Many thanks in advance.
ABSTRACT
This paper explores the Jewish community of Didsbury, a middle-class suburb five miles south of the city of Manchester, during the period 1891-1914. Socioeconomic comparisons were made between the community and the northern sector of the city’s Jewry researched by Williams (1976). Analyses of the Trade Directories and Census Enumerators' Books for Didsbury, following mostly Armstrong’s classification (Drake and Finnegan, 1994), confirmed the hypothesis that ‘separation of classes affected the Manchester Jewish minority as much as the general population’. Besides the expected North-South class divide, further divisions within the Didsbury community were found between the Sephardi and Ashkenazi Jews in support of Price’s (1984) findings.
CONTENTS
Section
Title
Abstract
Introduction
1
Aims and Strategy
2
Relation to the work of other researchers
3
Sources and methods
4
Findings
5
Conclusions
6
Bibliography
7
Primary Source References
8
Postscript
Appendices
1
Map of Didsbury Jewish households 1891
2
Map of Didsbury Jewish households 1905
3
Map of Didsbury Jewish households 1914
The Jewish Community of the South Manchester Suburb of Didsbury 1891-1914: a socio-economic comparison with the Northern sector of the city's Jewry
Introduction
This paper is based on my
1996 research project for the Open University DA301, Family and
Community History. I created this particular topic for my final project
because firstly, I wished to research my own locality of Didsbury, where I
have lived for most of my adult life. Secondly, I wanted to address the surprising lack
of published research on the Didsbury Jewry - very surprising because Didsbury
has long been known for its flourishing Jewish community, to the
extent that it became known as “Yidsbury” and Palatine
Road (a major road running through it) as “Palestine Road”. The Didsbury
Jewry, I feel, deserves far more documentation than has so far received
because of the rich and valued cultural diversity it has brought to Didsbury
mainstream society.
For the purpose of this study Didsbury will include the neighbouring suburb of Withington since many members of its Jewish community lived on major route ways of Palatine Road and Wilmslow Road, which ran through both areas.
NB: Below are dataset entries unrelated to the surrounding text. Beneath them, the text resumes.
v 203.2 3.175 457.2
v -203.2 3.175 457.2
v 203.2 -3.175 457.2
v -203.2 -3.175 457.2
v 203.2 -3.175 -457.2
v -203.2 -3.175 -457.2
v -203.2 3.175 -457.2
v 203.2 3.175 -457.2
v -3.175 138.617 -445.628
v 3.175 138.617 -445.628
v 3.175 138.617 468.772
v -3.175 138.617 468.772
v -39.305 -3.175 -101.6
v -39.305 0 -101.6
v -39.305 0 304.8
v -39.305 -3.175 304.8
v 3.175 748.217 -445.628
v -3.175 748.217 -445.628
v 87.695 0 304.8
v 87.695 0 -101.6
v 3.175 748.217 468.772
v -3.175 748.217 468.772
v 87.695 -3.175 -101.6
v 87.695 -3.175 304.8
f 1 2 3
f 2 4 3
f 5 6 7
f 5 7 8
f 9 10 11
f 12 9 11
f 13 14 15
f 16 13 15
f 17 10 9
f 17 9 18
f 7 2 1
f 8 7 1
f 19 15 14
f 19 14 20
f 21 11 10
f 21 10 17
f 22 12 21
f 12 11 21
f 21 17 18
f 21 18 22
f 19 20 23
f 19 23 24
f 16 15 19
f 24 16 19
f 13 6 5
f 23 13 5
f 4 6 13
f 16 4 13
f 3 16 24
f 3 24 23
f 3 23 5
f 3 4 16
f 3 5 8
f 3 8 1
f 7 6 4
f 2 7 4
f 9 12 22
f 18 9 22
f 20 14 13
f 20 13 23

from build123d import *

# Parameters (mm, degrees)
F0_W     = 406.4
F0_H     = 914.4
F2_DEPTH = 3.175
F3_W     = 609.6
F3_H     = 914.4
F4_DEPTH = 3.175
F1_W     = 127
F1_H     = 406.4
F5_DEPTH = 3.176


with BuildPart() as f2:
    # F0 (on Front) → F2 (new body, symmetric)
    with BuildSketch(Plane.XZ):
        Rectangle(F0_W, F0_H)
    extrude(amount=F2_DEPTH, both=True)

    # F1 (on face) → F5 (cut, through all)
    with BuildSketch(Plane.XZ):
        with Locations((24.194895, 101.6)):
            Rectangle(F1_W, F1_H)
    extrude(amount=F5_DEPTH, mode=Mode.SUBTRACT)


with BuildPart() as f4:
    # F3 (on Right) → F4 (new body, symmetric)
    with BuildSketch(Plane.YZ):
        with Locations((443.417262, 11.572191)):
            Rectangle(F3_W, F3_H)
    extrude(amount=F4_DEPTH, both=True)


solid = Compound([f2.part, f4.part])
Besides the difficulty in determining the boundary line on these roads, it would be frustrating to exclude certain members of historical interest merely because they lived just over the Didsbury border.
1. Aims and Strategy
Following primarily the hypotheses testing strategy, the aim of this study is to identify, with reference to the work of other researchers, socio-economic divisions between the Manchester Jewish communities. By focusing on the Didsbury Jewish community during the period 1891-1914, divisions were expected to be found between the community and the northern sector of the city’s Jewry of which Williams (1976) focused his research.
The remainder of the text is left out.